Question

For the given figure, a circle is inscribed in a quadrilateral ABCD. If $BC=28cm$, $BP=17cm$, $CD=22cm$ and $AD\bot CD$. Find the radius of the circle.

Answer 1

Hint: We use the geometrical formula of tangents being of equal length from a fixed outside point. We draw a radius to compare it with the tangent whose length is a known element. Then comparing the length value, we get the radius length. We also need to use the interior angles formula for a quadrilateral to get the relation between the radius and the tangent.
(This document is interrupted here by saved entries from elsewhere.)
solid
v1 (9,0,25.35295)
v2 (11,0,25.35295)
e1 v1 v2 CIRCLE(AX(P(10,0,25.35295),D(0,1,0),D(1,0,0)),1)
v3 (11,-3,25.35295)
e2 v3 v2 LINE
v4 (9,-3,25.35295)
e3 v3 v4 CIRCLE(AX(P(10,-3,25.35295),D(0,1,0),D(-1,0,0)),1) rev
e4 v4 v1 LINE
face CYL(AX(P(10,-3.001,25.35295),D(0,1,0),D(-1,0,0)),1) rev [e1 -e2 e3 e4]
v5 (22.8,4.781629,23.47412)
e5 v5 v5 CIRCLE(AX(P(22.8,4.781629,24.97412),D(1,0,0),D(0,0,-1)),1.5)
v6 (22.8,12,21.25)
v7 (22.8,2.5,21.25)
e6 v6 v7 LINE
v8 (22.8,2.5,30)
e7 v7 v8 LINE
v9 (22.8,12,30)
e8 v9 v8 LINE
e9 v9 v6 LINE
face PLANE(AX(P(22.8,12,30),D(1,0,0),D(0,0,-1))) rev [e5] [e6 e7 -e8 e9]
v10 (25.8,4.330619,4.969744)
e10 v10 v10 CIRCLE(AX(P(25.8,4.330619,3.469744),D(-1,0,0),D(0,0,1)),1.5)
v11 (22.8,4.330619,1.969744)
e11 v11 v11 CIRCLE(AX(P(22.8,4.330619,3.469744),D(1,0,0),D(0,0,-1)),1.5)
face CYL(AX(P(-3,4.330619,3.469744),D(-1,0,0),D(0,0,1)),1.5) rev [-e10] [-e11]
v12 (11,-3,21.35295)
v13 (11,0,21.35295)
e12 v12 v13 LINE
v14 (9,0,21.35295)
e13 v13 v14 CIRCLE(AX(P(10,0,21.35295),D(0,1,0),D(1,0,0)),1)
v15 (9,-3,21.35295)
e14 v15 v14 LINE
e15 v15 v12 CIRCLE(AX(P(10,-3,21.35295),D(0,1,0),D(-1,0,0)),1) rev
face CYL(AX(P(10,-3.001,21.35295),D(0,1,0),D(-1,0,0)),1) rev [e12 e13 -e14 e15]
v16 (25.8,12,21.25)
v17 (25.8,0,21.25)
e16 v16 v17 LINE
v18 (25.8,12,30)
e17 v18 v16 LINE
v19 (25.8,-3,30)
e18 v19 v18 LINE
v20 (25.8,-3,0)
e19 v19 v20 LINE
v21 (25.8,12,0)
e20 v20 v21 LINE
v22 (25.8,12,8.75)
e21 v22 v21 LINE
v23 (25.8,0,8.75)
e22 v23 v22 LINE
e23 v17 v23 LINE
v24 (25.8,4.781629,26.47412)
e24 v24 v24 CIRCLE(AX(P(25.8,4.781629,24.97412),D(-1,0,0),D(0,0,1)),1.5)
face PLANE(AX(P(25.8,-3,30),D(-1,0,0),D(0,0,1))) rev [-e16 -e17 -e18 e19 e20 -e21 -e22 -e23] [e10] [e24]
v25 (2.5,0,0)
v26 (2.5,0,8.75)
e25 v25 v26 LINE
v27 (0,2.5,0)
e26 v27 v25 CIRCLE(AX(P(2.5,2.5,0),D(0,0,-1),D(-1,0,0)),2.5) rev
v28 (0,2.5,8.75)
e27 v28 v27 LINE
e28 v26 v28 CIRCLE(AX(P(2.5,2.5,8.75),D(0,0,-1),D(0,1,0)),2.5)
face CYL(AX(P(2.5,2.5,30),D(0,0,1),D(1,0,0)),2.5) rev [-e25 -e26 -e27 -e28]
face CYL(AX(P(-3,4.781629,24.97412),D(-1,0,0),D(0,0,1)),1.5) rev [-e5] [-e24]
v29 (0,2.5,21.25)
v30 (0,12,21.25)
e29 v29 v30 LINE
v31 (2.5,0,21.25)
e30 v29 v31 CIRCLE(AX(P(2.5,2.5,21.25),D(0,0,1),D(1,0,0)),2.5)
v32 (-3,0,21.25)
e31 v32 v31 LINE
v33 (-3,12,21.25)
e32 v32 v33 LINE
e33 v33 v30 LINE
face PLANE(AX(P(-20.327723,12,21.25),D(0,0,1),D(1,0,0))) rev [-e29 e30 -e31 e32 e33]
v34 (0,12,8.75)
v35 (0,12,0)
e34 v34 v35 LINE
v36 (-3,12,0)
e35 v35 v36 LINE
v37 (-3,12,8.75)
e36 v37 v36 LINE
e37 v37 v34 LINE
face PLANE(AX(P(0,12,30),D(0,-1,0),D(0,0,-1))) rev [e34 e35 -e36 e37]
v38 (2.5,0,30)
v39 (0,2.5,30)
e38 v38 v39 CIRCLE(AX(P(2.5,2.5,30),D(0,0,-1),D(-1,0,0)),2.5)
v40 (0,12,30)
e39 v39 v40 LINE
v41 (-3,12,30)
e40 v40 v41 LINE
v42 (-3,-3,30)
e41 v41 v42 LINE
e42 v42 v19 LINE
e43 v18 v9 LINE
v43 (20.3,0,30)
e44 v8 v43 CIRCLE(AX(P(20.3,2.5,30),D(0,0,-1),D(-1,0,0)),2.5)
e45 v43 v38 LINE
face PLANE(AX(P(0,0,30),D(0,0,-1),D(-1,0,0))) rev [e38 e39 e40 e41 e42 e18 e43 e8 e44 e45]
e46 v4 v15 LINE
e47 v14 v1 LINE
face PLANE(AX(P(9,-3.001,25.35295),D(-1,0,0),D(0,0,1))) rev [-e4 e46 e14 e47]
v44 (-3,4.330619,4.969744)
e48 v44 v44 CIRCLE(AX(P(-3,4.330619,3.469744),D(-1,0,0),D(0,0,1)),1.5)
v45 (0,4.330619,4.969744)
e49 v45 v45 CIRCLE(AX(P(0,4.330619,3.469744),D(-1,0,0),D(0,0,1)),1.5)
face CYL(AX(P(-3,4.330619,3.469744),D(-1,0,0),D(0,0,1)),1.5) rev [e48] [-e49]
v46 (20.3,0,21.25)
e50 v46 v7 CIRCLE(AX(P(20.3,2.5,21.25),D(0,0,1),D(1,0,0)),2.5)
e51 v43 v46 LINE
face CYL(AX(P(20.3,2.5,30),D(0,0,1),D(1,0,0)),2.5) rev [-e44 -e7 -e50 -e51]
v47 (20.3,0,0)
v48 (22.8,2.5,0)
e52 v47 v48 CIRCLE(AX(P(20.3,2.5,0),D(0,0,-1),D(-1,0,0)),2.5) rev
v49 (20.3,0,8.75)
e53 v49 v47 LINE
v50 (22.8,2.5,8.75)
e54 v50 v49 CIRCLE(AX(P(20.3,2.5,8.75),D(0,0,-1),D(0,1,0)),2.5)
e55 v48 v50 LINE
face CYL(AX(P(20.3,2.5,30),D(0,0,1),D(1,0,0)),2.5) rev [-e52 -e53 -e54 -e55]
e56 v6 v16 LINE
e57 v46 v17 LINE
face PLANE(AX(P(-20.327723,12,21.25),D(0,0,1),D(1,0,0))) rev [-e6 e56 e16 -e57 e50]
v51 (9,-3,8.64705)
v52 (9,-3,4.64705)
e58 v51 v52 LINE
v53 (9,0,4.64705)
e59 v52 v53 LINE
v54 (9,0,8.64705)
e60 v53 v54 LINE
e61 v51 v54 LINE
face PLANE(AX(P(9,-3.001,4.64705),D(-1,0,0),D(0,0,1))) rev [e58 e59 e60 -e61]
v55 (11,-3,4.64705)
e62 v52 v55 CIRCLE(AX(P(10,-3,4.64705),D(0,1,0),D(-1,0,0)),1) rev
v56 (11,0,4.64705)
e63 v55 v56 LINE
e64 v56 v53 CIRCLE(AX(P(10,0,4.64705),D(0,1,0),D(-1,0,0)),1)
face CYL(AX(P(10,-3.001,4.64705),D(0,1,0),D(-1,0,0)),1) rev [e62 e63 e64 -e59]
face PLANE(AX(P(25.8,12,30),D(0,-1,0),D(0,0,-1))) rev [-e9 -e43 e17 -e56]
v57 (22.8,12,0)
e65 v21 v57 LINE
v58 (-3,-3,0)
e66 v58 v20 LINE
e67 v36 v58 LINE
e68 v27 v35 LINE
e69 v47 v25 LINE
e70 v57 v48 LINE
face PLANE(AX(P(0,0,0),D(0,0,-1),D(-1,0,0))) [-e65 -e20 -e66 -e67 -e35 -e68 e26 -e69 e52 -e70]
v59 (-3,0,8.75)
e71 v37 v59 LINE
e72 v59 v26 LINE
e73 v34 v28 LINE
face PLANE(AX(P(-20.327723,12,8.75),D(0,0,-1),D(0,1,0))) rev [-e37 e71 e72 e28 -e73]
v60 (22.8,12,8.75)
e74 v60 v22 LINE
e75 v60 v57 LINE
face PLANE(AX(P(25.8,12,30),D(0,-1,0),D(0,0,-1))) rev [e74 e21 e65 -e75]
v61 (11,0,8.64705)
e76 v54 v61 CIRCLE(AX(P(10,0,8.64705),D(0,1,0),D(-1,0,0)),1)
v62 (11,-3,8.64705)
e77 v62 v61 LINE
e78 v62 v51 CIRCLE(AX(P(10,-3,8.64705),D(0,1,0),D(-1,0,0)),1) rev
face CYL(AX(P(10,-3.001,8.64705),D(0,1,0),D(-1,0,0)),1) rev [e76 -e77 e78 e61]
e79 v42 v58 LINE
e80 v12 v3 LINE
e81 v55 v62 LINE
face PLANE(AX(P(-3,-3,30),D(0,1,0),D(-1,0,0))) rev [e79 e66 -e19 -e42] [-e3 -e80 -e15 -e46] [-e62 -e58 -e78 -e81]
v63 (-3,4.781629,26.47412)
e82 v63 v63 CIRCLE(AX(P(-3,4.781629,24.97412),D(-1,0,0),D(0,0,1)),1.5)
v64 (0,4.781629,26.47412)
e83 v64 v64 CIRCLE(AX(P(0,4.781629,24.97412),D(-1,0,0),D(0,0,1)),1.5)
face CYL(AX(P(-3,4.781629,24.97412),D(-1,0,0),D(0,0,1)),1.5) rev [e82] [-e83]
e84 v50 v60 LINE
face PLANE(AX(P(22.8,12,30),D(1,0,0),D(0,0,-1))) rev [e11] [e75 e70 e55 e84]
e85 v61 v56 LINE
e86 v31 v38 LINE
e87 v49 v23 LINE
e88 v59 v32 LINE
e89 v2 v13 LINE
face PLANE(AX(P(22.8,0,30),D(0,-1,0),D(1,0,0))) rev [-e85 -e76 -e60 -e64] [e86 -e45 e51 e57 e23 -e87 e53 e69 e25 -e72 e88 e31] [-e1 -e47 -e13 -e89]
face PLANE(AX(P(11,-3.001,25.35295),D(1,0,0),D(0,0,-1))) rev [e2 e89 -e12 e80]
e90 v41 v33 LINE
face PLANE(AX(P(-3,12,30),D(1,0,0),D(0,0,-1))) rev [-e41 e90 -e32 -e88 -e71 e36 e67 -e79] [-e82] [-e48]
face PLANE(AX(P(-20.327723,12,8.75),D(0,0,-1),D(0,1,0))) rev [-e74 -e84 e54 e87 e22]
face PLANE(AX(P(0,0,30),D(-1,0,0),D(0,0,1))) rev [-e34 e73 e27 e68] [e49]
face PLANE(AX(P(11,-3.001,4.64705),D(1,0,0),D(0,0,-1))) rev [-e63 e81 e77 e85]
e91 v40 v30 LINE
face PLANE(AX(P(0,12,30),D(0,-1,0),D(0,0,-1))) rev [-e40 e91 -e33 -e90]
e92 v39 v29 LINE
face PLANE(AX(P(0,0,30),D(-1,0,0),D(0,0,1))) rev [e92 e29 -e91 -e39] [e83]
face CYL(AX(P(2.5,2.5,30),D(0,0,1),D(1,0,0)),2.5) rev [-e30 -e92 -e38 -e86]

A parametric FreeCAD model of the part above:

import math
import FreeCAD as App
import Part
import Sketcher


def edges_at(feature, points):
    """Names of the edges that pass closest to the given points."""
    edges = feature.Shape.Edges
    near = lambda p: min(range(len(edges)), key=lambda i: edges[i].distToShape(Part.Vertex(*p))[0])
    return sorted({f"Edge{near(p) + 1}" for p in points})


def add_polygon(sketch, points):
    """Adds a closed chain of lines whose ends are joined by coincident constraints."""
    first, n = sketch.GeometryCount, len(points)
    for a, b in zip(points, points[1:] + points[:1]):
        sketch.addGeometry(Part.LineSegment(App.Vector(*a, 0), App.Vector(*b, 0)), False)
    for i in range(n):
        sketch.addConstraint(Sketcher.Constraint("Coincident", first + i, 2, first + (i + 1) % n, 1))

doc = App.newDocument("Part")
body = doc.addObject("PartDesign::Body", "Body")

sketch1 = doc.addObject("Sketcher::SketchObject", "Sketch")
body.addObject(sketch1)
sketch1.AttachmentSupport = (doc.XY_Plane, [""])
sketch1.MapMode = "FlatFace"
add_polygon(sketch1, [(0, 0), (0, 12), (-3, 12), (-3, -3), (25.8, -3), (25.8, 12), (22.8, 12), (22.8, 0)])
sketch1.addConstraint([
    Sketcher.Constraint("Vertical", 0),
    Sketcher.Constraint("Horizontal", 1),
    Sketcher.Constraint("Vertical", 2),
    Sketcher.Constraint("Horizontal", 3),
    Sketcher.Constraint("Vertical", 4),
    Sketcher.Constraint("Horizontal", 5),
    Sketcher.Constraint("Vertical", 6),
    Sketcher.Constraint("Horizontal", 7),
    Sketcher.Constraint("Coincident", 7, 2, -1, 1),
    Sketcher.Constraint("Horizontal", 1, 2, 4, 2),
    Sketcher.Constraint("Equal", 1, 5),
    Sketcher.Constraint("DistanceX", 1, 2, 1, 1, 3.0),
    Sketcher.Constraint("DistanceY", 0, 1, 0, 2, 12.0),
    Sketcher.Constraint("DistanceY", 2, 2, 2, 1, 15.0),
    Sketcher.Constraint("DistanceX", 3, 1, 3, 2, 28.8),
])
pad1 = doc.addObject("PartDesign::Pad", "Pad")
body.addObject(pad1)
pad1.Profile = sketch1
pad1.Length = 30

sketch2 = doc.addObject("Sketcher::SketchObject", "Sketch001")
body.addObject(sketch2)
sketch2.AttachmentSupport = (doc.YZ_Plane, [""])
sketch2.MapMode = "FlatFace"
sketch2.AttachmentOffset = App.Placement(App.Vector(0, 0, 25.8), App.Rotation())
add_polygon(sketch2, [(12, 21.25), (0, 21.25), (0, 8.75), (12, 8.75)])
sketch2.addConstraint([
    Sketcher.Constraint("Horizontal", 0),
    Sketcher.Constraint("Vertical", 1),
    Sketcher.Constraint("Horizontal", 2),
    Sketcher.Constraint("Vertical", 3),
    Sketcher.Constraint("PointOnObject", 0, 2, -2),
    Sketcher.Constraint("DistanceX", 0, 2, 0, 1, 12.0),
    Sketcher.Constraint("DistanceY", 1, 2, 1, 1, 12.5),
    Sketcher.Constraint("DistanceY", -1, 1, 0, 2, 21.25),
])
pocket1 = doc.addObject("PartDesign::Pocket", "Pocket")
body.addObject(pocket1)
pocket1.Profile = sketch2
pocket1.Length = 28.8

sketch3 = doc.addObject("Sketcher::SketchObject", "Sketch002")
body.addObject(sketch3)
sketch3.AttachmentSupport = (doc.XZ_Plane, [""])
sketch3.MapMode = "FlatFace"
sketch3.addGeometry([
    Part.LineSegment(App.Vector(11, 8.64705, 0), App.Vector(11, 4.64705, 0)),
    Part.ArcOfCircle(Part.Circle(App.Vector(10, 4.64705, 0), App.Vector(0, 0, 1), 1), math.radians(180), math.radians(360)),
    Part.LineSegment(App.Vector(9, 4.64705, 0), App.Vector(9, 8.64705, 0)),
    Part.ArcOfCircle(Part.Circle(App.Vector(10, 8.64705, 0), App.Vector(0, 0, 1), 1), math.radians(0), math.radians(180)),
], False)
sketch3.addConstraint([
    Sketcher.Constraint("Tangent", 0, 2, 1, 2),
    Sketcher.Constraint("Tangent", 1, 1, 2, 1),
    Sketcher.Constraint("Tangent", 2, 2, 3, 2),
    Sketcher.Constraint("Tangent", 3, 1, 0, 1),
    Sketcher.Constraint("Vertical", 0),
    Sketcher.Constraint("Vertical", 2),
    Sketcher.Constraint("Radius", 1, 1.0),
    Sketcher.Constraint("DistanceY", 0, 2, 0, 1, 4.0),
    Sketcher.Constraint("DistanceX", -1, 1, 1, 3, 10.0),
    Sketcher.Constraint("DistanceY", -1, 1, 1, 3, 4.64705),
])
pocket2 = doc.addObject("PartDesign::Pocket", "Pocket001")
body.addObject(pocket2)
pocket2.Profile = sketch3
pocket2.Type = "UpToFirst"
pocket2.Reversed = True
Complete step-by-step solution:
We are going to draw the two radii OT and OS from center O. Let radius be x cm.
Then, $OT=OS=xcm$.

We are going to use the geometrical formula of a tangent which tells us that lengths of tangents drawn from an external point to a circle are equal.
From an outside point, B two tangents have been drawn BP and BQ. The length of BP and BQ will be the same. So, $BP=BQ=17cm$.
Similarly, from outside point D, two tangents have been drawn DS and DT. The length of DS and DT will be the same.
And from point C two tangents have been drawn CS and CQ. The length of CS and CQ will be the same.
We found DS is a tangent of the circle at point S. OS is the radius.
So, $OS\bot DS$. It implies $\angle OSD={{90}^{\circ }}$.
It’s given that $AD\bot CD$ which means $\angle TDS={{90}^{\circ }}$.
In quadrilateral OTDS we add these two interior angles and get that \[\angle OSD+\angle TDS={{90}^{\circ }}+{{90}^{\circ }}={{180}^{\circ }}\] which tells us quadrilateral OTDS is a parallelogram.
[we know if the sum of two consecutive interior angles of a quadrilateral is it’s a parallelogram]
Now, $CQ=BC-BQ$.
We put the values to get the length of CQ.
The length of CQ is $CQ=BC-BQ=28-17=11cm$.
We know, $CS=CQ=11cm$.
It’s given $CD=22cm$.
So, the length of the DS will be $DS=CD-CS$.
We put the values to get the length of DS.
The length of DS is $DS=CD-CS=22-11=11cm$.
Now, OTDS is a parallelogram. So, the opposite sides are equal.
So, $DS=OT=OS=xcm$ as DS is equal to OT which is a radius.
Hence, $radius=OT=DS=11cm$.

Note: Although we drew two radii, we only used one of them to get to the solution. The radii mainly worked to form the quadrilateral. The reason of the quadrilateral being parallelogram can also be expressed through corresponding angles being similar of right angle.